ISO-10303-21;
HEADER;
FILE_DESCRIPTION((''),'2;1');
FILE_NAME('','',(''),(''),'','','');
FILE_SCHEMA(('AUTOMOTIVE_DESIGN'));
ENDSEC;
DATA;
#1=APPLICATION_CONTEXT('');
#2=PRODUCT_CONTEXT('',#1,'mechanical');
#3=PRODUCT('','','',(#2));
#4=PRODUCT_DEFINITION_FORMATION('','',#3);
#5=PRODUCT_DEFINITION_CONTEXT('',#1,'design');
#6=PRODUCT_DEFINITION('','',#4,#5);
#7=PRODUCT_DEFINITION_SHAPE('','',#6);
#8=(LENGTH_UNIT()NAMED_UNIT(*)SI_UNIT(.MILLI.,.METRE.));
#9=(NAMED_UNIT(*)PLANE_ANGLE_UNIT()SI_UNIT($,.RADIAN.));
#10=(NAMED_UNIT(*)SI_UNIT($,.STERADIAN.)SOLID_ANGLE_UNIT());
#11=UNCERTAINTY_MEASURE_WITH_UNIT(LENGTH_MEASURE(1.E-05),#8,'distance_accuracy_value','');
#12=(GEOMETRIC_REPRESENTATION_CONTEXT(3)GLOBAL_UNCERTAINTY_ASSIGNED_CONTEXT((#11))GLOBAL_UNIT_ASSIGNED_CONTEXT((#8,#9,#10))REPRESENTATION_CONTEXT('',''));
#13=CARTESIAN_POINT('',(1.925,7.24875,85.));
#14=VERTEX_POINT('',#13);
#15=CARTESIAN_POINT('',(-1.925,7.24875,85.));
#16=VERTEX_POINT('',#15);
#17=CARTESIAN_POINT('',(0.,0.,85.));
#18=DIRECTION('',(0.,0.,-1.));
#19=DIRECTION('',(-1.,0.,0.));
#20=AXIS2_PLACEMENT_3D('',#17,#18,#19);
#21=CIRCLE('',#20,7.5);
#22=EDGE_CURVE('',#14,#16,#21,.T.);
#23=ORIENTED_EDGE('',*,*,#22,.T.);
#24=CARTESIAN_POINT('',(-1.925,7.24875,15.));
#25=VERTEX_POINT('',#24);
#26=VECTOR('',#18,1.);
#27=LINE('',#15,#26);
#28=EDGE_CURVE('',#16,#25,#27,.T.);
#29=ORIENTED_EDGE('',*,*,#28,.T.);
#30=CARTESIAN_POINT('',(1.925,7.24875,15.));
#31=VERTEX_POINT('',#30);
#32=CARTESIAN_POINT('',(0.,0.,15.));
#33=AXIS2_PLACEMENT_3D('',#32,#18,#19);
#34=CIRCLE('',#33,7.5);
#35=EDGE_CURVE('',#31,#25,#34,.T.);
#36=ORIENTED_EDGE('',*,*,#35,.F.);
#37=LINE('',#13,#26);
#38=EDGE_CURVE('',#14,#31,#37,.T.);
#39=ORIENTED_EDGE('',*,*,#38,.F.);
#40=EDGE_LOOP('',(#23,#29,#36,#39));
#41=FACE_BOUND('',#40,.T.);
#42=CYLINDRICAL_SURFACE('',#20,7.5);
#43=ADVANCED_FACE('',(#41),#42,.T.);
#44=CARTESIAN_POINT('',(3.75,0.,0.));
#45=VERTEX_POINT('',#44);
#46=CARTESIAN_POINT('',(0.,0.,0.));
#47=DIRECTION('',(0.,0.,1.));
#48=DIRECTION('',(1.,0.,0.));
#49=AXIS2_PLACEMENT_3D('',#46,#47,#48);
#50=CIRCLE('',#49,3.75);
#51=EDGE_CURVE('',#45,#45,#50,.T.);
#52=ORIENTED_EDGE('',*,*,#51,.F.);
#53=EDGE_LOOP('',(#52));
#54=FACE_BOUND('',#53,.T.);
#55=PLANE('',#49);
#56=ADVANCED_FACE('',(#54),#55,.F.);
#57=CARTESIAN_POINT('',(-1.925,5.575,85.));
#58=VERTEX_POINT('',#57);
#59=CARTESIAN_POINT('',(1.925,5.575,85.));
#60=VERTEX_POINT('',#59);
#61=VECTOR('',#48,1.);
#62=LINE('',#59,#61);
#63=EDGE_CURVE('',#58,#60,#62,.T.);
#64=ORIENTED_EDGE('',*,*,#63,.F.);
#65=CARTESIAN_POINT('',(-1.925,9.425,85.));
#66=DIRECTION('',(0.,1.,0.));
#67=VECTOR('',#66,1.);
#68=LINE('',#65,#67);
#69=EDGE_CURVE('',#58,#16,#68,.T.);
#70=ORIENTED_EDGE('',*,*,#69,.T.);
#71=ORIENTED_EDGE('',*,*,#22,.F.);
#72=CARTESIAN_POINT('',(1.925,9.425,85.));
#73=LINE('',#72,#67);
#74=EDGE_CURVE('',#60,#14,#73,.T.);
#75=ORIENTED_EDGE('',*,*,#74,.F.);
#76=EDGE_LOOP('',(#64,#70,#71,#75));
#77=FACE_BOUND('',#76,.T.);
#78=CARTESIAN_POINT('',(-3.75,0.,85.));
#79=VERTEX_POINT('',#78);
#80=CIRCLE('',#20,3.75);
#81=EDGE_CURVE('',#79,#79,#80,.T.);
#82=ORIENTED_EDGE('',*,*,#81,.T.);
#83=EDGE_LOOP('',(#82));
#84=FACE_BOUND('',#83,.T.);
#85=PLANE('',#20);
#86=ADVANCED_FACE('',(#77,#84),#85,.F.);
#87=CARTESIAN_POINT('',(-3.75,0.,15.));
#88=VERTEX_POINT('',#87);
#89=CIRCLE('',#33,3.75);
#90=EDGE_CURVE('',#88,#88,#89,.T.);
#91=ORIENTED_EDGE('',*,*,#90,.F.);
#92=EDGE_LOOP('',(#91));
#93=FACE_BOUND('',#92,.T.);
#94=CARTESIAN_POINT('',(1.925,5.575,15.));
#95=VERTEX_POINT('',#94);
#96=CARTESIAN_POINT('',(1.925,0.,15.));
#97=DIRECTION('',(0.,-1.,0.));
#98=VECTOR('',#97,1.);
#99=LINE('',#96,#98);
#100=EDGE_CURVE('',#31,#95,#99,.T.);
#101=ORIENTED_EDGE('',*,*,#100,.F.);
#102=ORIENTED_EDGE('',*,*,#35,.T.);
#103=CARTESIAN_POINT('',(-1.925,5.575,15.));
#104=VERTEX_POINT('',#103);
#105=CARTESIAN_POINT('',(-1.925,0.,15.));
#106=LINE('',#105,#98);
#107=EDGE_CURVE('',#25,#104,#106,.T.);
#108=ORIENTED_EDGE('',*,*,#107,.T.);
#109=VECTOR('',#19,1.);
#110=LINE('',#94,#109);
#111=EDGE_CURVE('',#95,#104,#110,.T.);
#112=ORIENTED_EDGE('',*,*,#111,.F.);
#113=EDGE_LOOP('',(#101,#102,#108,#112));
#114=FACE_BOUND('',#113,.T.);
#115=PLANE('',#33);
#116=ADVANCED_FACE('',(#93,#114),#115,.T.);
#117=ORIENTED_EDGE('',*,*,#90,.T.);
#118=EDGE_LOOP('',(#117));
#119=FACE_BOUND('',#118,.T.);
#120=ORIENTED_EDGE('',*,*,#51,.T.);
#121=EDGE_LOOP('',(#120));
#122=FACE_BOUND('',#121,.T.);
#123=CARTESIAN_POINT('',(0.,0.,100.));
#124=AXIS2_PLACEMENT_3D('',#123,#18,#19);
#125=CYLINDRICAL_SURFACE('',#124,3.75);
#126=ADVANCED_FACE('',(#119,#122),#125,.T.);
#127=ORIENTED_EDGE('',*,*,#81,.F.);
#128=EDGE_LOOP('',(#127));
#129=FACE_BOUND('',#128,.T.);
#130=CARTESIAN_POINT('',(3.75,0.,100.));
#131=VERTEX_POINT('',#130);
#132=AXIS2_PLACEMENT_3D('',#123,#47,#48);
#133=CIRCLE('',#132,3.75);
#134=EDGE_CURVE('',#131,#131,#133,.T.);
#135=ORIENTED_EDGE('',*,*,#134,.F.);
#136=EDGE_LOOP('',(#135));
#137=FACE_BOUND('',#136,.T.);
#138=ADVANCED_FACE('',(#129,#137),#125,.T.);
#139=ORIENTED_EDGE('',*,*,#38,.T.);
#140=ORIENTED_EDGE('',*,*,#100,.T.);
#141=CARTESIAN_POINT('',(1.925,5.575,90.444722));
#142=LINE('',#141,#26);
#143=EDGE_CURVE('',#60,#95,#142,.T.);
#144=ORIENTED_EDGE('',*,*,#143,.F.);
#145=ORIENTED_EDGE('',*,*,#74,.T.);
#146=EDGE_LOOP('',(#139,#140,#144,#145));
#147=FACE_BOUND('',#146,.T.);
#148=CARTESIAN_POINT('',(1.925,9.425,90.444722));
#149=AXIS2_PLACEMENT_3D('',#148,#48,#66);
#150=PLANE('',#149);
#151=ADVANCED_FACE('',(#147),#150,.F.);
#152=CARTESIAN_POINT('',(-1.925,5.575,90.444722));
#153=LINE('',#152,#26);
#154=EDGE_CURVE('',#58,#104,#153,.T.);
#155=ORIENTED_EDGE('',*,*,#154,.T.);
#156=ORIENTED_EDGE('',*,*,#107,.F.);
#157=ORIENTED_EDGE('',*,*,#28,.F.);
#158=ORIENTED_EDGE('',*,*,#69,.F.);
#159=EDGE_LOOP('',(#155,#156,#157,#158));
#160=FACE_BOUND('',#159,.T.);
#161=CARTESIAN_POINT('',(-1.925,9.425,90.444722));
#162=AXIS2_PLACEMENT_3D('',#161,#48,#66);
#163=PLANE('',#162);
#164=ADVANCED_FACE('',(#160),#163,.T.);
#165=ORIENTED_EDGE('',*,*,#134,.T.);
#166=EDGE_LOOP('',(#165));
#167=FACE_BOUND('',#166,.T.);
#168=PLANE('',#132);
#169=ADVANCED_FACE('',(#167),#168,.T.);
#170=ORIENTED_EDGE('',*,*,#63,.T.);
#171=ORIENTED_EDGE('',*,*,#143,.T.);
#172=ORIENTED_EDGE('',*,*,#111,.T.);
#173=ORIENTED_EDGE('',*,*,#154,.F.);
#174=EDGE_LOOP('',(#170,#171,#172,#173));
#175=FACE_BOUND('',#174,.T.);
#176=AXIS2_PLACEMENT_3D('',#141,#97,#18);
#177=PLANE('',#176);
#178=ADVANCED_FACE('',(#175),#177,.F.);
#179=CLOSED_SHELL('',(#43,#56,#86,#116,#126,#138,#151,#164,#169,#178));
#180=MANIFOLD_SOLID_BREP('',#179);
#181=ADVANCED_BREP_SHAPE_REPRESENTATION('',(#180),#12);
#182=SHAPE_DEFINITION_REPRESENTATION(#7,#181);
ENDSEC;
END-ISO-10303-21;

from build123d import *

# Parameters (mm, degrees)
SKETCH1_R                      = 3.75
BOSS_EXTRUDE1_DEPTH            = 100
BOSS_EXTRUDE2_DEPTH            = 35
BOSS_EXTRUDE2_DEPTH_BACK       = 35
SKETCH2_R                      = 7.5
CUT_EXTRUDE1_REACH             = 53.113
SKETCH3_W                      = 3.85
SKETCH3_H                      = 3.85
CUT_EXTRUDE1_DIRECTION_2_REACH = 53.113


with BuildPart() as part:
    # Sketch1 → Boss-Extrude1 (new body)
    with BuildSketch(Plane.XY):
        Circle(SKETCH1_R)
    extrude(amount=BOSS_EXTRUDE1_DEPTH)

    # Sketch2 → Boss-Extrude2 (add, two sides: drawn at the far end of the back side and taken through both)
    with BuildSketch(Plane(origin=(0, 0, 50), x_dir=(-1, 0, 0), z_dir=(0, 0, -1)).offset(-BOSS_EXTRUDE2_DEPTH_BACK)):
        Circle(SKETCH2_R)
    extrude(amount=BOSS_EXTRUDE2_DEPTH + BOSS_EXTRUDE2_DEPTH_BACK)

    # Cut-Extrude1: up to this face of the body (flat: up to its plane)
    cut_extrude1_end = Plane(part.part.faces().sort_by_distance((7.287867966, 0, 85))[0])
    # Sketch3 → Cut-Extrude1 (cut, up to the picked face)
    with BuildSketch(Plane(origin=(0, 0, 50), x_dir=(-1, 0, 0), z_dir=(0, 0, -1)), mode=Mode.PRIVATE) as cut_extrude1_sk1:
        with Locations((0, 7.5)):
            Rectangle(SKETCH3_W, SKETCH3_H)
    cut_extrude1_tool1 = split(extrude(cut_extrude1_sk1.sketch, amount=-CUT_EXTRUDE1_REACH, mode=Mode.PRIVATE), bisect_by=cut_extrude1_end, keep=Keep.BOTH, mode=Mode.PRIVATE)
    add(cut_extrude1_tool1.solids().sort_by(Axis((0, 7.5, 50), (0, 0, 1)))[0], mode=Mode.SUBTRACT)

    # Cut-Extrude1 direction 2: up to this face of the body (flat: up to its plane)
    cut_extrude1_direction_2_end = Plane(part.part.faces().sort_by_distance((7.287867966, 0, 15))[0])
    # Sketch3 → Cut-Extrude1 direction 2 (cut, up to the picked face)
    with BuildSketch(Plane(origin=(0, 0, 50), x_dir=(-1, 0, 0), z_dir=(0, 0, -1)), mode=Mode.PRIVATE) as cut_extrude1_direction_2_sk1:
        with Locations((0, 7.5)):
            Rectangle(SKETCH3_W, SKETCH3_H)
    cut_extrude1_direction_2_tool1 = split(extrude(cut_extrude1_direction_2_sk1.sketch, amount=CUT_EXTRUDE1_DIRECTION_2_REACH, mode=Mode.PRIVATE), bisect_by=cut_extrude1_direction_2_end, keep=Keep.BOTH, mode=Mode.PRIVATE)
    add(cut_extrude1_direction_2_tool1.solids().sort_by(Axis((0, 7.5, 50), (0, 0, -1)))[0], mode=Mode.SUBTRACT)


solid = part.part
● ● ● ●
● EXERCISE INSTRUCTIONS: Using the entries shown above, reproduce verbatim the lines from the line bearing "#38=EDGE_CURVE('',#14,#31,#37,.T.);" to the line bearing "#50=CIRCLE('',#49,3.75);", inclusive.

● SOLUTION TO THIS EXERCISE:
#38=EDGE_CURVE('',#14,#31,#37,.T.);
#39=ORIENTED_EDGE('',*,*,#38,.F.);
#40=EDGE_LOOP('',(#23,#29,#36,#39));
#41=FACE_BOUND('',#40,.T.);
#42=CYLINDRICAL_SURFACE('',#20,7.5);
#43=ADVANCED_FACE('',(#41),#42,.T.);
#44=CARTESIAN_POINT('',(3.75,0.,0.));
#45=VERTEX_POINT('',#44);
#46=CARTESIAN_POINT('',(0.,0.,0.));
#47=DIRECTION('',(0.,0.,1.));
#48=DIRECTION('',(1.,0.,0.));
#49=AXIS2_PLACEMENT_3D('',#46,#47,#48);
#50=CIRCLE('',#49,3.75);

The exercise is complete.